What hardware & software consideration does a major website require to properly manage 1000+ servers? [closed]

Sorry for such a high level question. I understand the basics of server load balancing, but the concept of managing 30,000 servers is a bit foreign to me. Is it really just the same concept of balancing 2 or 3 servers scaled up 10,000 times?

How does this relate to things like memcached, sql/mysql, search engines, etc?

Is it a heirarchy system of having 'controller' servers and slave servers that deliver the data based on this? How is redundancy handled?

Thanks for any info or direction to an article on the matter.

EDIT Thanks for the responses guys. My post was closed, but i've revamped the title, hopefully it will be reopened as I find the problem solving process involved with these super high level data solutions to be fascinating, and I am currently build an api that will require some basic load balancing, hence the question.


Most of the software stack that Google uses on their servers was developed in-house. To lessen the effects of unavoidable hardware failure, software is designed to be fault tolerant.

Source: Google Platform

After reading the article I am guessing it is the same concept as balancing the load between few servers scaled up to 1000+ servers by using in-house software stack developed in house on top of Linux. e.g GFS(Google File System), BigTable - Structured storage system built upon GFS

This link describes how they balance network load.

They use Load balancing switches to distribute the load. All requests for the Web site arrive at a machine that then passes the request to one of the available servers.
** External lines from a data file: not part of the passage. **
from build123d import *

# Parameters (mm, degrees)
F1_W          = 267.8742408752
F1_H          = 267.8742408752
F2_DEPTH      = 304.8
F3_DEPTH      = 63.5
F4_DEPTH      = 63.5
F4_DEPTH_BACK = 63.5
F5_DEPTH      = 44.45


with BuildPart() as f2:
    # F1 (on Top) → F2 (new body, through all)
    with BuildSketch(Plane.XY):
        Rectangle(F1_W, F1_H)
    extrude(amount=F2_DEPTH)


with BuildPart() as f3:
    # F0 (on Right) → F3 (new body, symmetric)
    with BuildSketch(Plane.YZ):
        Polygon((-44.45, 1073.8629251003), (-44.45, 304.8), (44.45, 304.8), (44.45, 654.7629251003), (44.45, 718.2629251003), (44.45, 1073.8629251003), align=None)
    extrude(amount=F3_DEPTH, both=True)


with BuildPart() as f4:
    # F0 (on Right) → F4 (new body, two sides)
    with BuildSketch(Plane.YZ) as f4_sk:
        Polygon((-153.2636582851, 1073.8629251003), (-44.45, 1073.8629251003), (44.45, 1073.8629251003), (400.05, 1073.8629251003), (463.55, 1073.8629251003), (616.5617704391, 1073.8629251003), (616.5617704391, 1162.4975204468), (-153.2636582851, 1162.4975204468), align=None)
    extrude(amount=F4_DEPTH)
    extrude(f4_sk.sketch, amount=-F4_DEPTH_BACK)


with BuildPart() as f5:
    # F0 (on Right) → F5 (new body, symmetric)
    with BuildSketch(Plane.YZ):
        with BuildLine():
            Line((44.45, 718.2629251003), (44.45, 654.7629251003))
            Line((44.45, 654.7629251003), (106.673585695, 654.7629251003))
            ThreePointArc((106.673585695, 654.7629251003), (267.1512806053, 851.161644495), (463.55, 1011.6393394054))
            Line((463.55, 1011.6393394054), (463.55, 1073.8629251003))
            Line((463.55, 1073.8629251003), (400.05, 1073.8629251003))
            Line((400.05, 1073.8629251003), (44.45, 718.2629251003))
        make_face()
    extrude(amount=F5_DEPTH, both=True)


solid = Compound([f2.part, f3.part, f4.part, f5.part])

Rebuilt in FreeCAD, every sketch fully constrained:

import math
import FreeCAD as App
import Part
import Sketcher
from FreeCAD import Vector
Q = App.Units.Quantity

doc = App.newDocument("Part")
body = doc.addObject("PartDesign::Body", "Body")

# Sketch on XY plane
sketch1 = body.newObject("Sketcher::SketchObject", "Sketch")
sketch1.AttachmentSupport = (doc.getObject("XY_Plane"), [""])
sketch1.MapMode = "FlatFace"
sketch1.addGeometry([
    Part.LineSegment(Vector(-134, 134, 0), Vector(-134, -134, 0)),
    Part.LineSegment(Vector(-134, -134, 0), Vector(134, -134, 0)),
    Part.LineSegment(Vector(134, -134, 0), Vector(134, 134, 0)),
    Part.LineSegment(Vector(134, 134, 0), Vector(-134, 134, 0)),
], False)
sketch1.addConstraint([
    Sketcher.Constraint("Coincident", 0, 2, 1, 1),
    Sketcher.Constraint("Coincident", 1, 2, 2, 1),
    Sketcher.Constraint("Coincident", 2, 2, 3, 1),
    Sketcher.Constraint("Coincident", 3, 2, 0, 1),
    Sketcher.Constraint("Vertical", 0),
    Sketcher.Constraint("Horizontal", 1),
    Sketcher.Constraint("Vertical", 2),
    Sketcher.Constraint("Horizontal", 3),
    Sketcher.Constraint("Symmetric", 0, 2, 2, 2, -1, 1),
    Sketcher.Constraint("Equal", 3, 0),
    Sketcher.Constraint("DistanceX", 1, 1, 1, 2, Q("267.874241 mm")),
])
pad1 = body.newObject("PartDesign::Pad", "Pad")
pad1.Profile = sketch1
pad1.Length = Q("12 in")
body2 = doc.addObject("PartDesign::Body", "Body001")

# Sketch on YZ plane
sketch2 = body2.newObject("Sketcher::SketchObject", "Sketch001")
sketch2.AttachmentSupport = (doc.getObject("YZ_Plane001"), [""])
sketch2.MapMode = "FlatFace"
sketch2.addGeometry([
    Part.LineSegment(Vector(-44, 1074, 0), Vector(-44, 305, 0)),
    Part.LineSegment(Vector(-44, 305, 0), Vector(44, 305, 0)),
    Part.LineSegment(Vector(44, 305, 0), Vector(44, 1074, 0)),
    Part.LineSegment(Vector(44, 1074, 0), Vector(-44, 1074, 0)),
], False)
sketch2.addConstraint([
    Sketcher.Constraint("Coincident", 0, 2, 1, 1),
    Sketcher.Constraint("Coincident", 1, 2, 2, 1),
    Sketcher.Constraint("Coincident", 2, 2, 3, 1),
    Sketcher.Constraint("Coincident", 3, 2, 0, 1),
    Sketcher.Constraint("Vertical", 0),
    Sketcher.Constraint("Horizontal", 1),
    Sketcher.Constraint("Vertical", 2),
    Sketcher.Constraint("Horizontal", 3),
    Sketcher.Constraint("DistanceX", 1, 1, 1, 2, Q("3.5 in")),
    Sketcher.Constraint("DistanceY", -1, 1, 0, 2, Q("12 in")),
    Sketcher.Constraint("DistanceX", 0, 2, -1, 1, Q("1.75 in")),
    Sketcher.Constraint("DistanceY", 0, 2, 0, 1, Q("769.062925 mm")),
])
pad2 = body2.newObject("PartDesign::Pad", "Pad001")
pad2.Profile = sketch2
pad2.Length = Q("5 in")
pad2.Midplane = True
body3 = doc.addObject("PartDesign::Body", "Body002")

# Sketch on YZ plane
sketch3 = body3.newObject("Sketcher::SketchObject", "Sketch002")
sketch3.AttachmentSupport = (doc.getObject("YZ_Plane002"), [""])
sketch3.MapMode = "FlatFace"
sketch3.addGeometry([
    Part.LineSegment(Vector(-153, 1074, 0), Vector(617, 1074, 0)),
    Part.LineSegment(Vector(617, 1074, 0), Vector(617, 1162, 0)),
    Part.LineSegment(Vector(617, 1162, 0), Vector(-153, 1162, 0)),
    Part.LineSegment(Vector(-153, 1162, 0), Vector(-153, 1074, 0)),
], False)
sketch3.addConstraint([
    Sketcher.Constraint("Coincident", 0, 2, 1, 1),
    Sketcher.Constraint("Coincident", 1, 2, 2, 1),
    Sketcher.Constraint("Coincident", 2, 2, 3, 1),
    Sketcher.Constraint("Coincident", 3, 2, 0, 1),
    Sketcher.Constraint("Horizontal", 0),
    Sketcher.Constraint("Vertical", 1),
    Sketcher.Constraint("Horizontal", 2),
    Sketcher.Constraint("Vertical", 3),
    Sketcher.Constraint("DistanceX", 0, 1, 0, 2, Q("769.825429 mm")),
    Sketcher.Constraint("DistanceY", 1, 1, 1, 2, Q("88.634595 mm")),
    Sketcher.Constraint("DistanceX", -1, 1, 0, 2, Q("616.56177 mm")),
    Sketcher.Constraint("DistanceY", -1, 1, 1, 2, Q("1162.49752 mm")),
])
pad3 = body3.newObject("PartDesign::Pad", "Pad002")
pad3.Profile = sketch3
pad3.Type = "TwoLengths"
pad3.Length = Q("2.5 in")
pad3.Length2 = Q("2.5 in")
body4 = doc.addObject("PartDesign::Body", "Body003")

# Sketch on YZ plane
sketch4 = body4.newObject("Sketcher::SketchObject", "Sketch003")
sketch4.AttachmentSupport = (doc.getObject("YZ_Plane003"), [""])
sketch4.MapMode = "FlatFace"
sketch4.addGeometry([
    Part.LineSegment(Vector(44, 718, 0), Vector(44, 655, 0)),  # 0
    Part.LineSegment(Vector(44, 655, 0), Vector(107, 655, 0)),  # 1
    Part.ArcOfCircle(Part.Circle(Vector(1163, -44, 0), Vector(0, 0, 1), 1266), math.radians(124), math.radians(146)),  # 2
    Part.LineSegment(Vector(464, 1012, 0), Vector(464, 1074, 0)),  # 3
    Part.LineSegment(Vector(464, 1074, 0), Vector(400, 1074, 0)),  # 4
    Part.LineSegment(Vector(400, 1074, 0), Vector(44, 718, 0)),  # 5
], False)
sketch4.addConstraint([
    Sketcher.Constraint("Coincident", 0, 2, 1, 1),
    Sketcher.Constraint("Coincident", 1, 2, 2, 2),
    Sketcher.Constraint("Coincident", 2, 1, 3, 1),
    Sketcher.Constraint("Coincident", 3, 2, 4, 1),
    Sketcher.Constraint("Coincident", 4, 2, 5, 1),
    Sketcher.Constraint("Coincident", 5, 2, 0, 1),
    Sketcher.Constraint("Vertical", 0),
    Sketcher.Constraint("Horizontal", 1),
    Sketcher.Constraint("Vertical", 3),
    Sketcher.Constraint("Horizontal", 4),
    Sketcher.Constraint("Equal", 4, 0),
    Sketcher.Constraint("Equal", 1, 3),
    Sketcher.Constraint("DistanceX", 4, 2, 4, 1, Q("2.5 in")),
    Sketcher.Constraint("Angle", 5, Q("-135 deg")),
    Sketcher.Constraint("DistanceX", 0, 2, 4, 2, Q("14 in")),
    Sketcher.Constraint("DistanceX", -1, 1, 0, 2, Q("1.75 in")),
    Sketcher.Constraint("Radius", 2, Q("1266.250936 mm")),
    Sketcher.Constraint("DistanceX", 1, 1, 1, 2, Q("62.223586 mm")),
    Sketcher.Constraint("DistanceY", 2, 3, -1, 1, Q("44.212979 mm")),
])
pad4 = body4.newObject("PartDesign::Pad", "Pad003")
pad4.Profile = sketch4
pad4.Length = Q("3.5 in")
pad4.Midplane = True

doc.recompute()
The switch can find out from the servers which one is least loaded, so all of them are doing an equal amount of work.

Google's Network Topology is as following:

When a client computer attempts to connect to Google, several DNS servers resolve www.google.com into multiple IP addresses via Round Robin policy. Furthermore, this acts as the first level of load balancing and directs the client to different Google clusters. A Google cluster has thousands of servers and once the client has connected to the server additional load balancing is done to send the queries to the least loaded web server.


The big part here is, if the software isn't designed to scale, how can it? For example, one of Facebook's biggest restrictions right now is their reliance on MySQL--they've been able to skirt the issue by throwing more and more machines at it, but their own engineer calls it "a fate worse than death."

Typically, you'll need to be able to load balance requests--and many projects, open source or otherwise, are designed. But this comes with overhead, including writing logs, delayed writes, and "eventually consistent" architectures. On other words, scaling doesn't come cheap.

So things like web servers, which are serving static content, can easily be parallelized. Memcached and other caching systems are easily load balanced. But how do you change single points of failures? How does your single, large, relational database scale? What about file stores? In essence, this is an entire branch of research... not something that can be answered by a single question.


I think the same concepts should be the same and the critical point is how you distribute the load and data among the available resources and how you locate your data.

One way is the geographical distribution of servers. Each user will be directed to the nearest server.

A registry-like service can be used to lookup the requested data.

Think of DNS service implementation. It holds a very huge distributed database. Root nodes direct users to other lower level nodes and so on until you reach the responsible node which can answer your query.